(MATERIAL FOR THIS TASK)
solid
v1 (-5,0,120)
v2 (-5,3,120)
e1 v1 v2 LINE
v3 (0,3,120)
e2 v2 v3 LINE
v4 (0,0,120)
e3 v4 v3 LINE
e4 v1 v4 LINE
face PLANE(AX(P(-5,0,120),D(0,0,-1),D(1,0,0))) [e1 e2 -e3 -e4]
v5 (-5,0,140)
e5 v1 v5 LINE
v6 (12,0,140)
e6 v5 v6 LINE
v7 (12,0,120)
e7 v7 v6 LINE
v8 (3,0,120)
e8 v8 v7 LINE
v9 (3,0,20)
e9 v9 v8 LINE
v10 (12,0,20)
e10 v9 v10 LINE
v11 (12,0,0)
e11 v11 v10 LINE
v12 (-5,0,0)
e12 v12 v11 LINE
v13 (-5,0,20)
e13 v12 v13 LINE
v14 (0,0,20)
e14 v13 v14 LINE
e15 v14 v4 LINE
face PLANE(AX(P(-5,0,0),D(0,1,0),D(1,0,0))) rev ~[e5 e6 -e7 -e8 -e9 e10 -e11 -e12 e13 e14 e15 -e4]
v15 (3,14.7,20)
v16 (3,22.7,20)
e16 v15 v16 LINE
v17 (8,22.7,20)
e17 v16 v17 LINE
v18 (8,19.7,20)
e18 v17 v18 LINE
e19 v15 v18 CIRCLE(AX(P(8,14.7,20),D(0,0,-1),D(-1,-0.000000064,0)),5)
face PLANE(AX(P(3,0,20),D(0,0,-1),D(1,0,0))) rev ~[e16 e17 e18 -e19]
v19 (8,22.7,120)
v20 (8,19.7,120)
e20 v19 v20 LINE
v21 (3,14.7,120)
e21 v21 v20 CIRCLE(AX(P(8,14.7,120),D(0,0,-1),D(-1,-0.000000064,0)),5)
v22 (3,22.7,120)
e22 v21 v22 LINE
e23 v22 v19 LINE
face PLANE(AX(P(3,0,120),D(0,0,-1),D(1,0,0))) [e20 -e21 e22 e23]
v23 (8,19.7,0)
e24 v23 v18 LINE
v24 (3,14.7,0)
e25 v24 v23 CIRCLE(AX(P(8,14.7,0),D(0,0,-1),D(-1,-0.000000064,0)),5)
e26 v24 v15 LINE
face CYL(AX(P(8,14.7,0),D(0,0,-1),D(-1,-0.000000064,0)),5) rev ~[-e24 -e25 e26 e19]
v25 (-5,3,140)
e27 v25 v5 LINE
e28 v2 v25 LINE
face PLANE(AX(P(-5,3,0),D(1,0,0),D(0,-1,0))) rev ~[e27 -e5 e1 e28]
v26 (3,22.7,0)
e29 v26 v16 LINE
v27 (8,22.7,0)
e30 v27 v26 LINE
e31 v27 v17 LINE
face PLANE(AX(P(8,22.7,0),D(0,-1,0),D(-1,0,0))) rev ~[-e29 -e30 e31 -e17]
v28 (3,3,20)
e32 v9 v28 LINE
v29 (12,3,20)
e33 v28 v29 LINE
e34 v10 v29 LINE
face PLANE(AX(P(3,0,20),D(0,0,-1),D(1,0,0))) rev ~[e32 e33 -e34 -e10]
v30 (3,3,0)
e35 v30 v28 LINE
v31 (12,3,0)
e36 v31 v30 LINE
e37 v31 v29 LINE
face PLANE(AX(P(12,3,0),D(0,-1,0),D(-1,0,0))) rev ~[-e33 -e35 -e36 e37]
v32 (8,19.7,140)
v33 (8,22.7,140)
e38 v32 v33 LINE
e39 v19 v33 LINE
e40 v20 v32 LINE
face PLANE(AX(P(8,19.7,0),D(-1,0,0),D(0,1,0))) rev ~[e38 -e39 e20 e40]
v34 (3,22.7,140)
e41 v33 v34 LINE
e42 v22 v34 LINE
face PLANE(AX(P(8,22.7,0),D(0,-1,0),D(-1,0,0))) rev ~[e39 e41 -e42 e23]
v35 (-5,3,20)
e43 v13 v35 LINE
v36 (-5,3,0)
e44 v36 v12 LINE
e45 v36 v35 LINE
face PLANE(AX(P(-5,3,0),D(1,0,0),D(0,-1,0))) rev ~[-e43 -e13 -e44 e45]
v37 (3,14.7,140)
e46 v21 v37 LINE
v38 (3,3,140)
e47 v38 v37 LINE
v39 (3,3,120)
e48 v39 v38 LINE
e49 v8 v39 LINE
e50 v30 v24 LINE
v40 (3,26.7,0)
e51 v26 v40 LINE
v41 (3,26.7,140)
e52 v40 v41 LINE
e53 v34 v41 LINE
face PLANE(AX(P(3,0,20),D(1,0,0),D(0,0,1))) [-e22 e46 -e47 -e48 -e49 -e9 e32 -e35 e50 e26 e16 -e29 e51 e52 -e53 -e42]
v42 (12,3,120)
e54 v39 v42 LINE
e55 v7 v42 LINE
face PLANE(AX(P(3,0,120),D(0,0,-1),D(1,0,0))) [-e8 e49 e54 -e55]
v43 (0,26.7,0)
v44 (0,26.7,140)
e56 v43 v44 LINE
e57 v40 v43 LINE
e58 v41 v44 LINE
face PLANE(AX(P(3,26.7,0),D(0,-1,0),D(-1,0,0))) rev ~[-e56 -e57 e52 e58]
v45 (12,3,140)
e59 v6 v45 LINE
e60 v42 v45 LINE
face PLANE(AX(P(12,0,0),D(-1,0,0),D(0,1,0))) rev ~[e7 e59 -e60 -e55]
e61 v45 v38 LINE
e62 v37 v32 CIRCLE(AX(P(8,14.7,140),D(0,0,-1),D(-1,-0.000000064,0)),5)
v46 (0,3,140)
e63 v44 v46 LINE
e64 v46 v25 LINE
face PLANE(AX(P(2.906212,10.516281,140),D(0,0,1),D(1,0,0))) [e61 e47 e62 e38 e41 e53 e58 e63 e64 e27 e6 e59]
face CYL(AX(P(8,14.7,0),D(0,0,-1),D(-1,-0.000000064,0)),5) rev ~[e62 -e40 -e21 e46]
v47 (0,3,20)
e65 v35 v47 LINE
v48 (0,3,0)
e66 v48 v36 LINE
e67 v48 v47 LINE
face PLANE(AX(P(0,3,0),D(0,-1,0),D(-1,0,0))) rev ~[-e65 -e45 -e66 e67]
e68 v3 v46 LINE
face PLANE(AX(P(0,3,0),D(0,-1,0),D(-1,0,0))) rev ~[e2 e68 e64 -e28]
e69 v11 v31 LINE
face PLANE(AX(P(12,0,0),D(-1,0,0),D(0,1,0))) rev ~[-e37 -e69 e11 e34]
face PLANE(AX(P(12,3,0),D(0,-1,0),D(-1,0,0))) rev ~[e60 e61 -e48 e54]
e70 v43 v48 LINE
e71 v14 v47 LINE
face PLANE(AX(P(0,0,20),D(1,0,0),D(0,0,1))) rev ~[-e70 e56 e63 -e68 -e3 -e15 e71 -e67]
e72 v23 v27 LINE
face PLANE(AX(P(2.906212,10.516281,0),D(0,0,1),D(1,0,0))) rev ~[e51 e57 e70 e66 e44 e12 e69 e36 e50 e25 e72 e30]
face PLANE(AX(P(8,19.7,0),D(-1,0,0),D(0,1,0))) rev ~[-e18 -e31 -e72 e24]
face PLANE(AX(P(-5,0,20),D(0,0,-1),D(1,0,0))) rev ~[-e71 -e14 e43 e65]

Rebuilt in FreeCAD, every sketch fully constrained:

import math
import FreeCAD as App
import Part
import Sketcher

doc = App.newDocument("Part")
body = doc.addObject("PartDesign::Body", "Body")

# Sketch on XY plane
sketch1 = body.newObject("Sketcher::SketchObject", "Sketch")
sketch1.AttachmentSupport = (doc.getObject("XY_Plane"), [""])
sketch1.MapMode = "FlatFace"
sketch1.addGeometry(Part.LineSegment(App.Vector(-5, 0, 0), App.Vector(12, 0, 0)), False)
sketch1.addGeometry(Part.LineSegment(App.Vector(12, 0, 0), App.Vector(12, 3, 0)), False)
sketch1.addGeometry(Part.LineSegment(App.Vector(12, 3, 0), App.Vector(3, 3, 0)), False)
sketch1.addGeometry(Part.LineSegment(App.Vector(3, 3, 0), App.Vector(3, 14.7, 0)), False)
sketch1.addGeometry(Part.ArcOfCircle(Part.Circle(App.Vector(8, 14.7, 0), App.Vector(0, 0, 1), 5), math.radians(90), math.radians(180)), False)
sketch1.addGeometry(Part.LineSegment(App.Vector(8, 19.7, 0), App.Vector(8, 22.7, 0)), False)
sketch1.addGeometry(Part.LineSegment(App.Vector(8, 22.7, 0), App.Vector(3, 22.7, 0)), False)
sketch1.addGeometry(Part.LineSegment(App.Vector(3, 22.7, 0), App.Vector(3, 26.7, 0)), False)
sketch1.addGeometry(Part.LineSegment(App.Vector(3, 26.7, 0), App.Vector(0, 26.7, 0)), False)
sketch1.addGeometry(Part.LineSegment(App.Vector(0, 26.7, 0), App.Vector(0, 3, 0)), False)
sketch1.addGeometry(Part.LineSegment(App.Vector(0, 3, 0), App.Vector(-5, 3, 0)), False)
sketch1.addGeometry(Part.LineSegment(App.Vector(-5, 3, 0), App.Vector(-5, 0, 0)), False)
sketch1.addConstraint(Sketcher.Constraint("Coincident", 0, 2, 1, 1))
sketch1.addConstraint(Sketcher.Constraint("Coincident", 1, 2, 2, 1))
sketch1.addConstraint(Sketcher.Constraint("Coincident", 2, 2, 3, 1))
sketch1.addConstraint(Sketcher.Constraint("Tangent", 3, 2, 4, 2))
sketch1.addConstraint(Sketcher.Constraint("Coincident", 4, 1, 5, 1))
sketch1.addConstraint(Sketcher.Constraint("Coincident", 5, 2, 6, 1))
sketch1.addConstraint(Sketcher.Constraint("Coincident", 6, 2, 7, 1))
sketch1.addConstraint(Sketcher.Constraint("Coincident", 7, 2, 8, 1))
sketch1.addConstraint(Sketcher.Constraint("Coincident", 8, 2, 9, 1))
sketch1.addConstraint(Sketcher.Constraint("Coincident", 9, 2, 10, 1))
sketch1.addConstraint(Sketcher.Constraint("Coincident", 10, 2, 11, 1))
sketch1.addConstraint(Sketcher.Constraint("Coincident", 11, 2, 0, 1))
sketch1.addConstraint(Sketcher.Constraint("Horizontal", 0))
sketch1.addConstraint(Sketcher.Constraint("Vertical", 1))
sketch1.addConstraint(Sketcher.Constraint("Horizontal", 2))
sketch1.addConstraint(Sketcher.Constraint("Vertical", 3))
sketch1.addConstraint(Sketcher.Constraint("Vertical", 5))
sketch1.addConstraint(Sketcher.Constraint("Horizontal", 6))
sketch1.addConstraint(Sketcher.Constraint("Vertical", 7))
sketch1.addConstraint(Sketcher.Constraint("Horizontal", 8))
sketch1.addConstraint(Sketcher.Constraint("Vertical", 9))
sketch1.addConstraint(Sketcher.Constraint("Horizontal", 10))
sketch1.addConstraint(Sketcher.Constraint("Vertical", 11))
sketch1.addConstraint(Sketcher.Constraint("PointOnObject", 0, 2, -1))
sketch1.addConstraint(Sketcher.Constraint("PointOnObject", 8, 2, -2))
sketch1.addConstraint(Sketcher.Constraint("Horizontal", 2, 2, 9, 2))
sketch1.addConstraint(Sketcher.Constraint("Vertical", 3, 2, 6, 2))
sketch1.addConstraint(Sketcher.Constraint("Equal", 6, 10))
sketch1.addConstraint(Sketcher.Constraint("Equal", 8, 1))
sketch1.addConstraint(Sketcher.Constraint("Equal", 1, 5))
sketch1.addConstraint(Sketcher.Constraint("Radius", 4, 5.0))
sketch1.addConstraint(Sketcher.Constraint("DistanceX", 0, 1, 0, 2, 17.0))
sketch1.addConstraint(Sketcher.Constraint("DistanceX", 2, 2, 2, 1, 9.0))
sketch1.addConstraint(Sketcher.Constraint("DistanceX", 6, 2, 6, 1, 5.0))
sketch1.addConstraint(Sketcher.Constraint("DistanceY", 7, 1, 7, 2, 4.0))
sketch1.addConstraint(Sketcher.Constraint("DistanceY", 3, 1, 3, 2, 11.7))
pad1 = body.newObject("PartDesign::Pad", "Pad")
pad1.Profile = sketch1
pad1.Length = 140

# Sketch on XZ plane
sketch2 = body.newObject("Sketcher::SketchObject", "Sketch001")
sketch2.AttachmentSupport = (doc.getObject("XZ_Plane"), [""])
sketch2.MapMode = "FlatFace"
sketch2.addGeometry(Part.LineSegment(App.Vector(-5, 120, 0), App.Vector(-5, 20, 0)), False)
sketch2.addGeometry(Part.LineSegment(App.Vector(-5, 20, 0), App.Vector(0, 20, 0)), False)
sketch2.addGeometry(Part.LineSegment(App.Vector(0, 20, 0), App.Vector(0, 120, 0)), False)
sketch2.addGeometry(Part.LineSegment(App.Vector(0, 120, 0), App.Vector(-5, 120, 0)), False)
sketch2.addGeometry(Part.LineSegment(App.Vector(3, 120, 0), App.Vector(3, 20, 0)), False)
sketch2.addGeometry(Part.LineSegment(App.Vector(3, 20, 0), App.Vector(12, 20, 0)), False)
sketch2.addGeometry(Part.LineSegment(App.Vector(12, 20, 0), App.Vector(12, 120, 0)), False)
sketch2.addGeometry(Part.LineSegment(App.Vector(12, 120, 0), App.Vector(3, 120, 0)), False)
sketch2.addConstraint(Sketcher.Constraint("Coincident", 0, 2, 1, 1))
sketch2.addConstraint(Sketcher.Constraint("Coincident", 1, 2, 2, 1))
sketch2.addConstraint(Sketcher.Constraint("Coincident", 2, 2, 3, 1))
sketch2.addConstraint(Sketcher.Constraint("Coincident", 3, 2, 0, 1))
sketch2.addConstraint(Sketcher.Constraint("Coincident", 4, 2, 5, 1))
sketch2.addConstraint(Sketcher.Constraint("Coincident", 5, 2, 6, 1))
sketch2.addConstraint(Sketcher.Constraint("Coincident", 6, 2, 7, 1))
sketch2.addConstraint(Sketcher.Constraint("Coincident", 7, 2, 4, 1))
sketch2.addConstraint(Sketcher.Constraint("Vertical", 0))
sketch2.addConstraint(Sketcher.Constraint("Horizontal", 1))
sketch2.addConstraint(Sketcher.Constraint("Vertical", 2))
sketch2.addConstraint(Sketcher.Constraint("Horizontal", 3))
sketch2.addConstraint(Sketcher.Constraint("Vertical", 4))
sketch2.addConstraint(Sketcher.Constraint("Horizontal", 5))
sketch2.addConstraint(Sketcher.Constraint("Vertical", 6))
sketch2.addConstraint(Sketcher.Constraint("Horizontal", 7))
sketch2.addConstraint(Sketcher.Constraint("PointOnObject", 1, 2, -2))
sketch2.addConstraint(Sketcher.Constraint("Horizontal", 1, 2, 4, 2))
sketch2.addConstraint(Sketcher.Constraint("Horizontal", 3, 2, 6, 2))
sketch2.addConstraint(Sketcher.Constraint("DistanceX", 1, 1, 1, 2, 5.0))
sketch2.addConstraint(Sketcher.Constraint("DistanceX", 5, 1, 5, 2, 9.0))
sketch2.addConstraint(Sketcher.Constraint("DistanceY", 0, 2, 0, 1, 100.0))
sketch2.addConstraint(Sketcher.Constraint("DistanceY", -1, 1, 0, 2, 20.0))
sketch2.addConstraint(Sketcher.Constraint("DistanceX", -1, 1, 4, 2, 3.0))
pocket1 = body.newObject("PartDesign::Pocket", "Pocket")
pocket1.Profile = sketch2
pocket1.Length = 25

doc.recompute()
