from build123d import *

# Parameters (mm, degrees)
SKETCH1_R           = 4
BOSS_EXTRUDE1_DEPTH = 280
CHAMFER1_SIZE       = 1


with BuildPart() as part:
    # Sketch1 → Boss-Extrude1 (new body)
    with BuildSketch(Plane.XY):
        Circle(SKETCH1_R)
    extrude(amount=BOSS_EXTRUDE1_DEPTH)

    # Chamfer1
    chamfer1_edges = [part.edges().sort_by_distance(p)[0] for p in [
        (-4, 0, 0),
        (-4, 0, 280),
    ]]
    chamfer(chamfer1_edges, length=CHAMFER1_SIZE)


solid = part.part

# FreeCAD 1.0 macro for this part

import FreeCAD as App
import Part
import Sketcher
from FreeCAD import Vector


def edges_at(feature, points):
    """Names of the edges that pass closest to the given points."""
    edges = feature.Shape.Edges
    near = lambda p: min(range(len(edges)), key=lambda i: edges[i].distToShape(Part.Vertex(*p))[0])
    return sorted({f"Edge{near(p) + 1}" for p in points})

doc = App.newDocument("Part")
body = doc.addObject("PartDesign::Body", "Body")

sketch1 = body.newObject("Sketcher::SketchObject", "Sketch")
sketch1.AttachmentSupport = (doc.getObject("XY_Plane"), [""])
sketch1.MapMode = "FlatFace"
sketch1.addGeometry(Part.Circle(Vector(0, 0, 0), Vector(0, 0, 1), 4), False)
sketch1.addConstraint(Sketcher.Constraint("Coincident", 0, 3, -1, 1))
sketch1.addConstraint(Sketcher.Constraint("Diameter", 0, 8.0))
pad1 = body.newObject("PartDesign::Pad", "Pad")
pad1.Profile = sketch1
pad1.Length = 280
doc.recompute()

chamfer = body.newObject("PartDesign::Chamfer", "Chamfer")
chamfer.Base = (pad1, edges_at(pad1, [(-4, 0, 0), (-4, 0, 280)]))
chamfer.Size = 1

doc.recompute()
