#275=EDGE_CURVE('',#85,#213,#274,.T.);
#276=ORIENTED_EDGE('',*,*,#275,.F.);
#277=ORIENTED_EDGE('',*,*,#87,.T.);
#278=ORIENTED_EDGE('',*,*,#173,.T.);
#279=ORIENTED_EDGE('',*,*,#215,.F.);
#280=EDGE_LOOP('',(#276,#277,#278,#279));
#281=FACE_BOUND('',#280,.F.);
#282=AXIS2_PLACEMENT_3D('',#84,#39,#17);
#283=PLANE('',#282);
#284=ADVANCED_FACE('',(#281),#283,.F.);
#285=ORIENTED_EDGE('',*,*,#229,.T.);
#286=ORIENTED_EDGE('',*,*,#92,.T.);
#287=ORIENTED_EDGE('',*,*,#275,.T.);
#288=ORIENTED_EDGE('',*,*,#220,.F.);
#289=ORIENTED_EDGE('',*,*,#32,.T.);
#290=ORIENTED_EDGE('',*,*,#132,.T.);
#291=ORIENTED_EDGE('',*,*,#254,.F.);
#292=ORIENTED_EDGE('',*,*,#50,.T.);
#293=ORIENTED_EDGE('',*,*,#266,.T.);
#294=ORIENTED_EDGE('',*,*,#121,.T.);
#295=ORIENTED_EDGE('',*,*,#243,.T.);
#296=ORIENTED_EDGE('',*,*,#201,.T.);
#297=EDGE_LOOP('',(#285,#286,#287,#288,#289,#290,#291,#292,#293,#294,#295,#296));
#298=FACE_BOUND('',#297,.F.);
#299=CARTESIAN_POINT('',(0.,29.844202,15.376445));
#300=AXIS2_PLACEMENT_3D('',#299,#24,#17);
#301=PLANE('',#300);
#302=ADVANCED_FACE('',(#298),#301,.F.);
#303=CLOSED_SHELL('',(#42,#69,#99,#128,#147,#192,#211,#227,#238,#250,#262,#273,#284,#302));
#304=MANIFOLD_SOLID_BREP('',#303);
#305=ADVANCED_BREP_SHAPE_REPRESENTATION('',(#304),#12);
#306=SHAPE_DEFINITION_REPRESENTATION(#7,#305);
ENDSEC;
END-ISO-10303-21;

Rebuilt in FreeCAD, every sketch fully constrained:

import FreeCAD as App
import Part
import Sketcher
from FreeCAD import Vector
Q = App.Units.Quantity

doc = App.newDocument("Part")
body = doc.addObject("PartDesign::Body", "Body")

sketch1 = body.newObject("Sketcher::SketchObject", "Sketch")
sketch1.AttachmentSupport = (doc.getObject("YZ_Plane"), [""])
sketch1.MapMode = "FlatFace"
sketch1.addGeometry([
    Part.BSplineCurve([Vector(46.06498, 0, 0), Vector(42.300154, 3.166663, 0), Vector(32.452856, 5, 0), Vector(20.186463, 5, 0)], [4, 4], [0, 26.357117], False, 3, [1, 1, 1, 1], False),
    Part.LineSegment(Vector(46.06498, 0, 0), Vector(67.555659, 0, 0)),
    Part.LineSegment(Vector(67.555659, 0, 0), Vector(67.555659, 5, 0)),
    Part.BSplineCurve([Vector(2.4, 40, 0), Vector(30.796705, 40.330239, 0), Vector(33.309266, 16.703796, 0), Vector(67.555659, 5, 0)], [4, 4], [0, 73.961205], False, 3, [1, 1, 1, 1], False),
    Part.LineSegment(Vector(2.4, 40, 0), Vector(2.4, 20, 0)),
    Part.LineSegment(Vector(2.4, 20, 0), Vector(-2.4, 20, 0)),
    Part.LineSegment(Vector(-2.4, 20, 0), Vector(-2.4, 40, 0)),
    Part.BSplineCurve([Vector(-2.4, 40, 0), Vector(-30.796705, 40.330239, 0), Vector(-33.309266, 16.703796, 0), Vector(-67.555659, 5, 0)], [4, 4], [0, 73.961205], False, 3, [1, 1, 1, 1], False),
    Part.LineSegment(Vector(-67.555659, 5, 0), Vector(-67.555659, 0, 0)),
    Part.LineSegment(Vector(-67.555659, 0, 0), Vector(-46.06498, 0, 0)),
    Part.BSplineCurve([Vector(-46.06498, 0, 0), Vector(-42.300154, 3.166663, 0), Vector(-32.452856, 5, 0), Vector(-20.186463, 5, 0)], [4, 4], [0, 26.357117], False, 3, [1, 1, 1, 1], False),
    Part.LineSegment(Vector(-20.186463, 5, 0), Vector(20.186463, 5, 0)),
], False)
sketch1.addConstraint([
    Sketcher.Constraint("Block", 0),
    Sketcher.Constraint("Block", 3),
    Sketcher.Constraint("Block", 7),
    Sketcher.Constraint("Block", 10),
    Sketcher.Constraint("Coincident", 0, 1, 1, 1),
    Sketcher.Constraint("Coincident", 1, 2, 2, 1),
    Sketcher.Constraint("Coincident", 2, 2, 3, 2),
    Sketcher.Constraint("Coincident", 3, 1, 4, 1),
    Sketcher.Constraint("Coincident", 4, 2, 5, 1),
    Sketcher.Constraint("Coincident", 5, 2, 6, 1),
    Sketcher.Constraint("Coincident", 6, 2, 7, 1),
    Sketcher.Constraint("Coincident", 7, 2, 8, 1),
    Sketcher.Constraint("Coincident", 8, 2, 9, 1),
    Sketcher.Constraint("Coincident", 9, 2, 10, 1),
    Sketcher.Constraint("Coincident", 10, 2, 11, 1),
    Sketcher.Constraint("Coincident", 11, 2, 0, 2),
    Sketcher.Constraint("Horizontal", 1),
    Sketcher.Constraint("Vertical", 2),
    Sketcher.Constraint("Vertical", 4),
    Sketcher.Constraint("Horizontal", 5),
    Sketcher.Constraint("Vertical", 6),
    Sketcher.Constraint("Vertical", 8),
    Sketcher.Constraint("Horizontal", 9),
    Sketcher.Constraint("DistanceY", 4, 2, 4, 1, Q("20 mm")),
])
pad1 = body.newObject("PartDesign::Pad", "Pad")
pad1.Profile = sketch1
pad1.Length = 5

(EXERCISE DIRECTIONS) Your answer should be the lines above, from the line containing "v22 (3,22.7,120)" up to and including the line containing "e45 v36 v35 LINE", reproduced exactly and with nothing else.

(EXERCISE OUTPUT)
v22 (3,22.7,120)
e22 v21 v22 LINE
e23 v22 v19 LINE
face PLANE(AX(P(3,0,120),D(0,0,-1),D(1,0,0))) [e20 -e21 e22 e23]
v23 (8,19.7,0)
e24 v23 v18 LINE
v24 (3,14.7,0)
e25 v24 v23 CIRCLE(AX(P(8,14.7,0),D(0,0,-1),D(-1,-0.000000064,0)),5)
e26 v24 v15 LINE
face CYL(AX(P(8,14.7,0),D(0,0,-1),D(-1,-0.000000064,0)),5) rev ~[-e24 -e25 e26 e19]
v25 (-5,3,140)
e27 v25 v5 LINE
e28 v2 v25 LINE
face PLANE(AX(P(-5,3,0),D(1,0,0),D(0,-1,0))) rev ~[e27 -e5 e1 e28]
v26 (3,22.7,0)
e29 v26 v16 LINE
v27 (8,22.7,0)
e30 v27 v26 LINE
e31 v27 v17 LINE
face PLANE(AX(P(8,22.7,0),D(0,-1,0),D(-1,0,0))) rev ~[-e29 -e30 e31 -e17]
v28 (3,3,20)
e32 v9 v28 LINE
v29 (12,3,20)
e33 v28 v29 LINE
e34 v10 v29 LINE
face PLANE(AX(P(3,0,20),D(0,0,-1),D(1,0,0))) rev ~[e32 e33 -e34 -e10]
v30 (3,3,0)
e35 v30 v28 LINE
v31 (12,3,0)
e36 v31 v30 LINE
e37 v31 v29 LINE
face PLANE(AX(P(12,3,0),D(0,-1,0),D(-1,0,0))) rev ~[-e33 -e35 -e36 e37]
v32 (8,19.7,140)
v33 (8,22.7,140)
e38 v32 v33 LINE
e39 v19 v33 LINE
e40 v20 v32 LINE
face PLANE(AX(P(8,19.7,0),D(-1,0,0),D(0,1,0))) rev ~[e38 -e39 e20 e40]
v34 (3,22.7,140)
e41 v33 v34 LINE
e42 v22 v34 LINE
face PLANE(AX(P(8,22.7,0),D(0,-1,0),D(-1,0,0))) rev ~[e39 e41 -e42 e23]
v35 (-5,3,20)
e43 v13 v35 LINE
v36 (-5,3,0)
e44 v36 v12 LINE
e45 v36 v35 LINE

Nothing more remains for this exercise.